Voter preferences recorded in the Edison Research exit poll posted by CNN virtually reproduced the 2010 outcome. Pending possible small final adjustments, the national exit poll found that Republican House candidates captured 60 percent of whites, 10 percent of African-Americans, and 35 percent of Hispanics; the comparable 2010 numbers were 60 percent, 9 percent, and 38 percent. This year, Republicans won 43 percent of voters under 30, and 57 percent of voters over 65; the 2010 numbers were 42 percent and 59 percent. On Tuesday, 44 percent of voters approved of Obama's job performance and 55 percent disapproved—exactly replicating 2010.

This duplicate debacle offers Democrats pointed lessons. Perhaps the largest is that it was folly for so many Democratic candidates to try to ignore President Obama. The familiar adage that all politics is local is simply obsolete.

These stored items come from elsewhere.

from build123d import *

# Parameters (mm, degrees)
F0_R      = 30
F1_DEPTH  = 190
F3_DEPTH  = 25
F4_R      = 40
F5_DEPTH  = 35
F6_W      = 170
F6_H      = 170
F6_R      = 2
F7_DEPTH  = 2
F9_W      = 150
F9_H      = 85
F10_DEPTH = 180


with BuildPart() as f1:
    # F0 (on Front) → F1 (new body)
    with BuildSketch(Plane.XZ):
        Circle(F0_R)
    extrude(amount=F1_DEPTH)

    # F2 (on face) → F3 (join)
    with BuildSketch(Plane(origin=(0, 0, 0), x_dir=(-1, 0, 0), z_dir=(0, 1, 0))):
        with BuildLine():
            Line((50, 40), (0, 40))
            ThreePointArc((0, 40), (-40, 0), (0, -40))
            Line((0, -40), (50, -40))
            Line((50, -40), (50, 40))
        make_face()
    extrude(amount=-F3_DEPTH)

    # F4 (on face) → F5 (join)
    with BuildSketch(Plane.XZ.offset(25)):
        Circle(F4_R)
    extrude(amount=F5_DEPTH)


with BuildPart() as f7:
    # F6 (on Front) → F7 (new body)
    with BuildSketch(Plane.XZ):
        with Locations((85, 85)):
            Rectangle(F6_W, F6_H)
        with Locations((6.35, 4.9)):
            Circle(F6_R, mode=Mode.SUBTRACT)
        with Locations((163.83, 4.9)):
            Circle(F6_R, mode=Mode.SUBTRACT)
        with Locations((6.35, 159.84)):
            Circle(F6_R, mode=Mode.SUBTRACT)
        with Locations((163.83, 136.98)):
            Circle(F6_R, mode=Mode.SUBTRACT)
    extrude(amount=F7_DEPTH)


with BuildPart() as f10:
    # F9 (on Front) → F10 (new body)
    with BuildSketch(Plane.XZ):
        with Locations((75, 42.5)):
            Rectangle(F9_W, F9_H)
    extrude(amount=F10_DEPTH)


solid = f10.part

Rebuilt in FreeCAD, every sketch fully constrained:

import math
import FreeCAD as App
import Part
import Sketcher
from FreeCAD import Vector
Q = App.Units.Quantity

doc = App.newDocument("Part")
params = doc.addObject("Spreadsheet::Sheet", "Params")
for row, (alias, value) in enumerate([
    ("sketch1_diameter", "60 mm"),
    ("pad1_length", "190 mm"),
    ("sketch2_radius", "40 mm"),
    ("sketch2_width", "50 mm"),
    ("pad2_length", "25 mm"),
    ("sketch3_diameter", "80 mm"),
    ("pad3_length", "35 mm"),
    ("sketch4_diameter", "4 mm"),
    ("sketch4_width", "170 mm"),
    ("pad4_length", "2 mm"),
    ("sketch5_width", "150 mm"),
    ("sketch5_height", "85 mm"),
    ("pad5_length", "180 mm"),
], start=1):
    params.set(f"A{row}", alias)
    params.set(f"B{row}", "=" + value)
    params.setAlias(f"B{row}", alias)

body = doc.addObject("PartDesign::Body", "Body")

# Sketch on XZ plane
sketch1 = body.newObject("Sketcher::SketchObject", "Sketch")
sketch1.AttachmentSupport = (doc.getObject("XZ_Plane"), [""])
sketch1.MapMode = "FlatFace"
sketch1.addGeometry(Part.Circle(Vector(0, 0, 0), Vector(0, 0, 1), 30), False)
sketch1.addConstraint(Sketcher.Constraint("Coincident", 0, 3, -1, 1))
sketch1.addConstraint(Sketcher.Constraint("Diameter", 0, Q("60 mm")))
sketch1.setExpression("Constraints[1]", "Params.sketch1_diameter")
pad1 = body.newObject("PartDesign::Pad", "Pad")
pad1.Profile = sketch1
pad1.setExpression("Length", "Params.pad1_length")

# Sketch on XZ plane
sketch2 = body.newObject("Sketcher::SketchObject", "Sketch001")
sketch2.AttachmentSupport = (doc.getObject("XZ_Plane"), [""])
sketch2.MapMode = "FlatFace"
sketch2.addGeometry(Part.LineSegment(Vector(-50, 40, 0), Vector(0, 40, 0)), False)
sketch2.addGeometry(Part.ArcOfCircle(Part.Circle(Vector(0, 0, 0), Vector(0, 0, 1), 40), math.radians(-90), math.radians(90)), False)
sketch2.addGeometry(Part.LineSegment(Vector(0, -40, 0), Vector(-50, -40, 0)), False)
sketch2.addGeometry(Part.LineSegment(Vector(-50, -40, 0), Vector(-50, 40, 0)), False)
sketch2.addConstraint(Sketcher.Constraint("Tangent", 0, 2, 1, 2))
sketch2.addConstraint(Sketcher.Constraint("Tangent", 1, 1, 2, 1))
sketch2.addConstraint(Sketcher.Constraint("Coincident", 2, 2, 3, 1))
sketch2.addConstraint(Sketcher.Constraint("Coincident", 3, 2, 0, 1))
sketch2.addConstraint(Sketcher.Constraint("Horizontal", 0))
sketch2.addConstraint(Sketcher.Constraint("Horizontal", 2))
sketch2.addConstraint(Sketcher.Constraint("Vertical", 3))
sketch2.addConstraint(Sketcher.Constraint("Coincident", 1, 3, -1, 1))
sketch2.addConstraint(Sketcher.Constraint("Radius", 1, Q("40 mm")))
sketch2.addConstraint(Sketcher.Constraint("DistanceX", 0, 1, 0, 2, Q("50 mm")))
sketch2.setExpression("Constraints[8]", "Params.sketch2_radius")
sketch2.setExpression("Constraints[9]", "Params.sketch2_width")
pad2 = body.newObject("PartDesign::Pad", "Pad001")
pad2.Profile = sketch2
pad2.setExpression("Length", "Params.pad2_length")

# Sketch on XZ plane
sketch3 = body.newObject("Sketcher::SketchObject", "Sketch002")
sketch3.AttachmentSupport = (doc.getObject("XZ_Plane"), [""])
sketch3.MapMode = "FlatFace"
sketch3.AttachmentOffset = App.Placement(Vector(0, 0, 25), App.Rotation())
sketch3.addGeometry(Part.Circle(Vector(0, 0, 0), Vector(0, 0, 1), 40), False)
sketch3.addConstraint(Sketcher.Constraint("Coincident", 0, 3, -1, 1))
sketch3.addConstraint(Sketcher.Constraint("Diameter", 0, Q("80 mm")))
sketch3.setExpression("Constraints[1]", "Params.sketch3_diameter")
pad3 = body.newObject("PartDesign::Pad", "Pad002")
pad3.Profile = sketch3
pad3.setExpression("Length", "Params.pad3_length")
body2 = doc.addObject("PartDesign::Body", "Body001")

# Sketch on XZ plane
sketch4 = body2.newObject("Sketcher::SketchObject", "Sketch003")
sketch4.AttachmentSupport = (doc.getObject("XZ_Plane001"), [""])
sketch4.MapMode = "FlatFace"
sketch4.addGeometry(Part.LineSegment(Vector(0, 170, 0), Vector(0, 0, 0)), False)
sketch4.addGeometry(Part.LineSegment(Vector(0, 0, 0), Vector(170, 0, 0)), False)
sketch4.addGeometry(Part.LineSegment(Vector(170, 0, 0), Vector(170, 170, 0)), False)
sketch4.addGeometry(Part.LineSegment(Vector(170, 170, 0), Vector(0, 170, 0)), False)
sketch4.addGeometry(Part.Circle(Vector(6.3, 4.9, 0), Vector(0, 0, 1), 2), False)
sketch4.addGeometry(Part.Circle(Vector(163.8, 4.9, 0), Vector(0, 0, 1), 2), False)
sketch4.addGeometry(Part.Circle(Vector(6.3, 159.8, 0), Vector(0, 0, 1), 2), False)
sketch4.addGeometry(Part.Circle(Vector(163.8, 137, 0), Vector(0, 0, 1), 2), False)
sketch4.addConstraint(Sketcher.Constraint("Coincident", 0, 2, 1, 1))
sketch4.addConstraint(Sketcher.Constraint("Coincident", 1, 2, 2, 1))
sketch4.addConstraint(Sketcher.Constraint("Coincident", 2, 2, 3, 1))
sketch4.addConstraint(Sketcher.Constraint("Coincident", 3, 2, 0, 1))
sketch4.addConstraint(Sketcher.Constraint("Vertical", 0))
sketch4.addConstraint(Sketcher.Constraint("Horizontal", 1))
sketch4.addConstraint(Sketcher.Constraint("Vertical", 2))
sketch4.addConstraint(Sketcher.Constraint("Horizontal", 3))
sketch4.addConstraint(Sketcher.Constraint("Coincident", 0, 2, -1, 1))
sketch4.addConstraint(Sketcher.Constraint("Equal", 4, 5))
sketch4.addConstraint(Sketcher.Constraint("Equal", 5, 6))
sketch4.addConstraint(Sketcher.Constraint("Equal", 6, 7))
sketch4.addConstraint(Sketcher.Constraint("Horizontal", 4, 3, 5, 3))
sketch4.addConstraint(Sketcher.Constraint("Vertical", 4, 3, 6, 3))
sketch4.addConstraint(Sketcher.Constraint("Vertical", 5, 3, 7, 3))
sketch4.addConstraint(Sketcher.Constraint("Equal", 3, 0))
sketch4.addConstraint(Sketcher.Constraint("Diameter", 4, Q("4 mm")))
sketch4.addConstraint(Sketcher.Constraint("DistanceX", 1, 1, 1, 2, Q("170 mm")))
sketch4.addConstraint(Sketcher.Constraint("DistanceY", -1, 1, 4, 3, Q("4.9 mm")))
sketch4.addConstraint(Sketcher.Constraint("DistanceX", -1, 1, 4, 3, Q("6.35 mm")))
sketch4.addConstraint(Sketcher.Constraint("DistanceX", -1, 1, 5, 3, Q("163.83 mm")))
sketch4.addConstraint(Sketcher.Constraint("DistanceY", -1, 1, 6, 3, Q("159.84 mm")))
sketch4.addConstraint(Sketcher.Constraint("DistanceY", -1, 1, 7, 3, Q("136.98 mm")))
sketch4.setExpression("Constraints[16]", "Params.sketch4_diameter")
sketch4.setExpression("Constraints[17]", "Params.sketch4_width")
pad4 = body2.newObject("PartDesign::Pad", "Pad003")
pad4.Profile = sketch4
pad4.setExpression("Length", "Params.pad4_length")
body3 = doc.addObject("PartDesign::Body", "Body002")

# Sketch on XZ plane
sketch5 = body3.newObject("Sketcher::SketchObject", "Sketch004")
sketch5.AttachmentSupport = (doc.getObject("XZ_Plane002"), [""])
sketch5.MapMode = "FlatFace"
sketch5.addGeometry(Part.LineSegment(Vector(0, 85, 0), Vector(0, 0, 0)), False)
sketch5.addGeometry(Part.LineSegment(Vector(0, 0, 0), Vector(150, 0, 0)), False)
sketch5.addGeometry(Part.LineSegment(Vector(150, 0, 0), Vector(150, 85, 0)), False)
sketch5.addGeometry(Part.LineSegment(Vector(150, 85, 0), Vector(0, 85, 0)), False)
sketch5.addConstraint(Sketcher.Constraint("Coincident", 0, 2, 1, 1))
sketch5.addConstraint(Sketcher.Constraint("Coincident", 1, 2, 2, 1))
sketch5.addConstraint(Sketcher.Constraint("Coincident", 2, 2, 3, 1))
sketch5.addConstraint(Sketcher.Constraint("Coincident", 3, 2, 0, 1))
sketch5.addConstraint(Sketcher.Constraint("Vertical", 0))
sketch5.addConstraint(Sketcher.Constraint("Horizontal", 1))
sketch5.addConstraint(Sketcher.Constraint("Vertical", 2))
sketch5.addConstraint(Sketcher.Constraint("Horizontal", 3))
sketch5.addConstraint(Sketcher.Constraint("Coincident", 0, 2, -1, 1))
sketch5.addConstraint(Sketcher.Constraint("DistanceX", 1, 1, 1, 2, Q("150 mm")))
sketch5.addConstraint(Sketcher.Constraint("DistanceY", 0, 2, 0, 1, Q("85 mm")))
sketch5.setExpression("Constraints[9]", "Params.sketch5_width")
sketch5.setExpression("Constraints[10]", "Params.sketch5_height")
pad5 = body3.newObject("PartDesign::Pad", "Pad004")
pad5.Profile = sketch5
pad5.setExpression("Length", "Params.pad5_length")
body.Visibility = False
body2.Visibility = False

doc.recompute()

Our political system is growing steadily more nationalized and parliamentary—which means that the name on the back of the jersey now often matters less than whether that jersey is red or blue.

Whether Democratic candidates campaigned with Obama or shunned him, they found him unavoidably on the ballot with them. In the national exit poll, 87 percent of voters who approved of Obama supported Democratic House candidates, while 83 percent who disapproved backed Republicans. In five Senate-race states with exit polls, Obama's approval rating exceeded his national average of 44 percent; Democrats won four of them. His approval rating was 44 percent or less in states where 17 other Senate races were run (South Carolina held two). If current results hold, Republicans will win all of those races except the ones in New Hampshire and Virginia. That pattern signals that if Democrats can't make a stronger case for Obama's record in 2016, disenchantment with him could sink the party again.

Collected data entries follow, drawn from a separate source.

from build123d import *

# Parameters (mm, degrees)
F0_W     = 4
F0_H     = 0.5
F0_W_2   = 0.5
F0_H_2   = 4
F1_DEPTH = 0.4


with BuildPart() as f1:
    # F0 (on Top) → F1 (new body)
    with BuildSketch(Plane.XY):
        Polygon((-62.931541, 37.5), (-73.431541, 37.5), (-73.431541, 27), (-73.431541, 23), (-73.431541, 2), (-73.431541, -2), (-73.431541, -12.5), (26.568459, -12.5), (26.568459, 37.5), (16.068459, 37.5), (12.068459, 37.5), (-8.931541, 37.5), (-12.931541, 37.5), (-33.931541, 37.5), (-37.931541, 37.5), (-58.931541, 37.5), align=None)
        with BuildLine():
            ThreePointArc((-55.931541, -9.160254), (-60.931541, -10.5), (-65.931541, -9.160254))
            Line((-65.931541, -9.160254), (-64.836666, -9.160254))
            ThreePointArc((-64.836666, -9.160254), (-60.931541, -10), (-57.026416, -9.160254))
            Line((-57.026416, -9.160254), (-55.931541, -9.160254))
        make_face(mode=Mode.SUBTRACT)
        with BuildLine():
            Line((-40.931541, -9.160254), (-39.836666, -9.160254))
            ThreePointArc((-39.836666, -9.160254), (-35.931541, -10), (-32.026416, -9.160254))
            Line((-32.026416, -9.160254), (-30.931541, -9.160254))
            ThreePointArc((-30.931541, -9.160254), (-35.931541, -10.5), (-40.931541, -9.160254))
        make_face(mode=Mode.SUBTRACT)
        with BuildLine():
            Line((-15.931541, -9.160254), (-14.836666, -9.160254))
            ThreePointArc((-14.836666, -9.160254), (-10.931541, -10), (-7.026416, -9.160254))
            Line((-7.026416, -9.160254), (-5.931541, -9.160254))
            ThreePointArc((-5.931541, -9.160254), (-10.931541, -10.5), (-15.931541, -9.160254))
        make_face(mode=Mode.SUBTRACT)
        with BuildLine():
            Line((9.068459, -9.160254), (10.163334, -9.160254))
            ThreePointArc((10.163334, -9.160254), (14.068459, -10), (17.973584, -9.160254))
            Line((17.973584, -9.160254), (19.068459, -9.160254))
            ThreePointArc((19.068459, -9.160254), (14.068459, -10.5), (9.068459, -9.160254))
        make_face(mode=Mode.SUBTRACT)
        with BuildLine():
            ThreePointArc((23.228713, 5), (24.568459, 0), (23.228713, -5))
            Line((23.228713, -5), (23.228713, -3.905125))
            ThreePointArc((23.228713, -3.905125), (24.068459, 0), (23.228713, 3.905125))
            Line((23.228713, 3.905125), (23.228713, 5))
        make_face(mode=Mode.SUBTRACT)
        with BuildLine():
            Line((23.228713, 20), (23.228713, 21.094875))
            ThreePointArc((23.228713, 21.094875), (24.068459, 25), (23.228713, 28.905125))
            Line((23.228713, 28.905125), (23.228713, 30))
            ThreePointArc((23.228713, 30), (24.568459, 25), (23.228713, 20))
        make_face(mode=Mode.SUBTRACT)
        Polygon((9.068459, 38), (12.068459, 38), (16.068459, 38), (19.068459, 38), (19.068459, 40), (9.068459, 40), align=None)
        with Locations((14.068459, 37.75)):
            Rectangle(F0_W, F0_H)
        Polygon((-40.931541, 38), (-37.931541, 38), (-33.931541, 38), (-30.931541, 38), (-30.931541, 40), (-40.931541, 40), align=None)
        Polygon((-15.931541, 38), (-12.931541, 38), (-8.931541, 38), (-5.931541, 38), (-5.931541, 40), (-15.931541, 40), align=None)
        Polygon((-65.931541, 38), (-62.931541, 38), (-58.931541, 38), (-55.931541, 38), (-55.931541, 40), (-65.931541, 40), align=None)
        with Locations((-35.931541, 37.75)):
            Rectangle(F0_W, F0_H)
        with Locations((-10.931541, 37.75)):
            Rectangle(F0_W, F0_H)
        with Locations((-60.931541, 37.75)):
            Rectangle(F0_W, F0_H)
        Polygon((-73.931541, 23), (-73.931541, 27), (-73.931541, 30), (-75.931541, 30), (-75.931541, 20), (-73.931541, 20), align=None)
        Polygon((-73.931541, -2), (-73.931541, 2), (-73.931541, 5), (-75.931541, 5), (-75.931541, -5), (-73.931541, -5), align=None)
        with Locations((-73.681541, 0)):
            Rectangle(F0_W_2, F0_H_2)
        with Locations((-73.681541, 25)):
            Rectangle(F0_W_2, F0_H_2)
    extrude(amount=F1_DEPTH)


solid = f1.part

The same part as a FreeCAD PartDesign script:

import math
import FreeCAD as App
import Part
import Sketcher

V = App.Vector
Q = App.Units.Quantity

doc = App.newDocument("Part")
body = doc.addObject("PartDesign::Body", "Body")

# Sketch on XY plane
sketch1 = body.newObject("Sketcher::SketchObject", "Sketch")
sketch1.AttachmentSupport = (doc.getObject("XY_Plane"), [""])
sketch1.MapMode = "FlatFace"
sketch1.addGeometry(Part.LineSegment(V(-73.4, 37.5, 0), V(-73.4, 27, 0)), False)
sketch1.addGeometry(Part.LineSegment(V(-73.4, 27, 0), V(-73.9, 27, 0)), False)
sketch1.addGeometry(Part.LineSegment(V(-73.9, 27, 0), V(-73.9, 30, 0)), False)
sketch1.addGeometry(Part.LineSegment(V(-73.9, 30, 0), V(-75.9, 30, 0)), False)
sketch1.addGeometry(Part.LineSegment(V(-75.9, 30, 0), V(-75.9, 20, 0)), False)
sketch1.addGeometry(Part.LineSegment(V(-75.9, 20, 0), V(-73.9, 20, 0)), False)
sketch1.addGeometry(Part.LineSegment(V(-73.9, 20, 0), V(-73.9, 23, 0)), False)
sketch1.addGeometry(Part.LineSegment(V(-73.9, 23, 0), V(-73.4, 23, 0)), False)
sketch1.addGeometry(Part.LineSegment(V(-73.4, 23, 0), V(-73.4, 2, 0)), False)
sketch1.addGeometry(Part.LineSegment(V(-73.4, 2, 0), V(-73.9, 2, 0)), False)
sketch1.addGeometry(Part.LineSegment(V(-73.9, 2, 0), V(-73.9, 5, 0)), False)
sketch1.addGeometry(Part.LineSegment(V(-73.9, 5, 0), V(-75.9, 5, 0)), False)
sketch1.addGeometry(Part.LineSegment(V(-75.9, 5, 0), V(-75.9, -5, 0)), False)
sketch1.addGeometry(Part.LineSegment(V(-75.9, -5, 0), V(-73.9, -5, 0)), False)
sketch1.addGeometry(Part.LineSegment(V(-73.9, -5, 0), V(-73.9, -2, 0)), False)
sketch1.addGeometry(Part.LineSegment(V(-73.9, -2, 0), V(-73.4, -2, 0)), False)
sketch1.addGeometry(Part.LineSegment(V(-73.4, -2, 0), V(-73.4, -12.5, 0)), False)
sketch1.addGeometry(Part.LineSegment(V(-73.4, -12.5, 0), V(26.6, -12.5, 0)), False)
sketch1.addGeometry(Part.LineSegment(V(26.6, -12.5, 0), V(26.6, 37.5, 0)), False)
sketch1.addGeometry(Part.LineSegment(V(26.6, 37.5, 0), V(16.1, 37.5, 0)), False)
sketch1.addGeometry(Part.LineSegment(V(16.1, 37.5, 0), V(16.1, 38, 0)), False)
sketch1.addGeometry(Part.LineSegment(V(16.1, 38, 0), V(19.1, 38, 0)), False)
sketch1.addGeometry(Part.LineSegment(V(19.1, 38, 0), V(19.1, 40, 0)), False)
sketch1.addGeometry(Part.LineSegment(V(19.1, 40, 0), V(9.1, 40, 0)), False)
sketch1.addGeometry(Part.LineSegment(V(9.1, 40, 0), V(9.1, 38, 0)), False)
sketch1.addGeometry(Part.LineSegment(V(9.1, 38, 0), V(12.1, 38, 0)), False)
sketch1.addGeometry(Part.LineSegment(V(12.1, 38, 0), V(12.1, 37.5, 0)), False)
sketch1.addGeometry(Part.LineSegment(V(12.1, 37.5, 0), V(-8.9, 37.5, 0)), False)
sketch1.addGeometry(Part.LineSegment(V(-8.9, 37.5, 0), V(-8.9, 38, 0)), False)
sketch1.addGeometry(Part.LineSegment(V(-8.9, 38, 0), V(-5.9, 38, 0)), False)
sketch1.addGeometry(Part.LineSegment(V(-5.9, 38, 0), V(-5.9, 40, 0)), False)
sketch1.addGeometry(Part.LineSegment(V(-5.9, 40, 0), V(-15.9, 40, 0)), False)
sketch1.addGeometry(Part.LineSegment(V(-15.9, 40, 0), V(-15.9, 38, 0)), False)
sketch1.addGeometry(Part.LineSegment(V(-15.9, 38, 0), V(-12.9, 38, 0)), False)
sketch1.addGeometry(Part.LineSegment(V(-12.9, 38, 0), V(-12.9, 37.5, 0)), False)
sketch1.addGeometry(Part.LineSegment(V(-12.9, 37.5, 0), V(-33.9, 37.5, 0)), False)
sketch1.addGeometry(Part.LineSegment(V(-33.9, 37.5, 0), V(-33.9, 38, 0)), False)
sketch1.addGeometry(Part.LineSegment(V(-33.9, 38, 0), V(-30.9, 38, 0)), False)
sketch1.addGeometry(Part.LineSegment(V(-30.9, 38, 0), V(-30.9, 40, 0)), False)
sketch1.addGeometry(Part.LineSegment(V(-30.9, 40, 0), V(-40.9, 40, 0)), False)
sketch1.addGeometry(Part.LineSegment(V(-40.9, 40, 0), V(-40.9, 38, 0)), False)
sketch1.addGeometry(Part.LineSegment(V(-40.9, 38, 0), V(-37.9, 38, 0)), False)
sketch1.addGeometry(Part.LineSegment(V(-37.9, 38, 0), V(-37.9, 37.5, 0)), False)
sketch1.addGeometry(Part.LineSegment(V(-37.9, 37.5, 0), V(-58.9, 37.5, 0)), False)
sketch1.addGeometry(Part.LineSegment(V(-58.9, 37.5, 0), V(-58.9, 38, 0)), False)
sketch1.addGeometry(Part.LineSegment(V(-58.9, 38, 0), V(-55.9, 38, 0)), False)
sketch1.addGeometry(Part.LineSegment(V(-55.9, 38, 0), V(-55.9, 40, 0)), False)
sketch1.addGeometry(Part.LineSegment(V(-55.9, 40, 0), V(-65.9, 40, 0)), False)
sketch1.addGeometry(Part.LineSegment(V(-65.9, 40, 0), V(-65.9, 38, 0)), False)
sketch1.addGeometry(Part.LineSegment(V(-65.9, 38, 0), V(-62.9, 38, 0)), False)
sketch1.addGeometry(Part.LineSegment(V(-62.9, 38, 0), V(-62.9, 37.5, 0)), False)
sketch1.addGeometry(Part.LineSegment(V(-62.9, 37.5, 0), V(-73.4, 37.5, 0)), False)
sketch1.addGeometry(Part.LineSegment(V(-57, -9.2, 0), V(-55.9, -9.2, 0)), False)
sketch1.addGeometry(Part.ArcOfCircle(Part.Circle(V(-60.9, -0.5, 0), V(0, 0, 1), 10), math.radians(-120), math.radians(-60)), False)
sketch1.addGeometry(Part.LineSegment(V(-65.9, -9.2, 0), V(-64.8, -9.2, 0)), False)
sketch1.addGeometry(Part.ArcOfCircle(Part.Circle(V(-60.9, -0.5, 0), V(0, 0, 1), 9.5), math.radians(-114), math.radians(-66)), False)
sketch1.addGeometry(Part.ArcOfCircle(Part.Circle(V(-35.9, -0.5, 0), V(0, 0, 1), 10), math.radians(-120), math.radians(-60)), False)
sketch1.addGeometry(Part.LineSegment(V(-40.9, -9.2, 0), V(-39.8, -9.2, 0)), False)
sketch1.addGeometry(Part.ArcOfCircle(Part.Circle(V(-35.9, -0.5, 0), V(0, 0, 1), 9.5), math.radians(-114), math.radians(-66)), False)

Another powerful lesson is that even with the best technology, Democrats remain dangerously dependent on a boom-and-bust coalition of young people and minorities, whose turnout is much lower in midterms than in presidential elections. Despite overheated predictions, Democrats performed almost exactly as well with millennial voters (including whites) and most minorities as they did in 2010 (although their performance did decline among Asians). But the share of the vote cast by those under 30 was 6 percentage points less in 2014 than in 2012; the minority share dropped 3 points. On both fronts, the pattern exactly followed the sharp falloff from 2008 to 2010, despite this year's huge Democratic investment in turnout.

That suggests Democrats cannot compete for Congress without more support from middle-class and older whites. In the national House exit poll, Republicans carried exactly three-fifths of whites, virtually unchanged from 2012 and 2010. That advantage was remarkably consistent. The only Democrat in a top-tier Senate race who carried a majority of whites was New Hampshire's Jeanne Shaheen, who won. Continuing their contemporary pattern, whites over 45 and those without college degrees broke especially hard against Democrats.

With their Senate victories in Colorado and Iowa, their strong showing in Virginia, their blue-state gubernatorial breakthroughs, and their competitive performances in several previously Democratic-trending suburbs, Republicans powerfully reasserted their ability to compete nationally. But winning governorships doesn't consistently predict presidential success in a state. And unlike in 2010, the GOP did not capture any new Senate seats from the 18 "blue wall" states underpinning the Democrats' Electoral College advantage. Even if Republicans in 2016 match Tuesday's dominant three-fifths showing among whites, they will almost certainly lose the White House if they can't also narrow the Democrats' traditional presidential-year edge with minorities—who could make up 30 percent of the electorate by then.

This week's results left Democrats facing tougher immediate questions. But each party's core dilemma remains unresolved: Democrats again have shown they cannot win enough whites to consistently hold Congress, while Republicans still have to prove they can attract enough minorities to win the White House.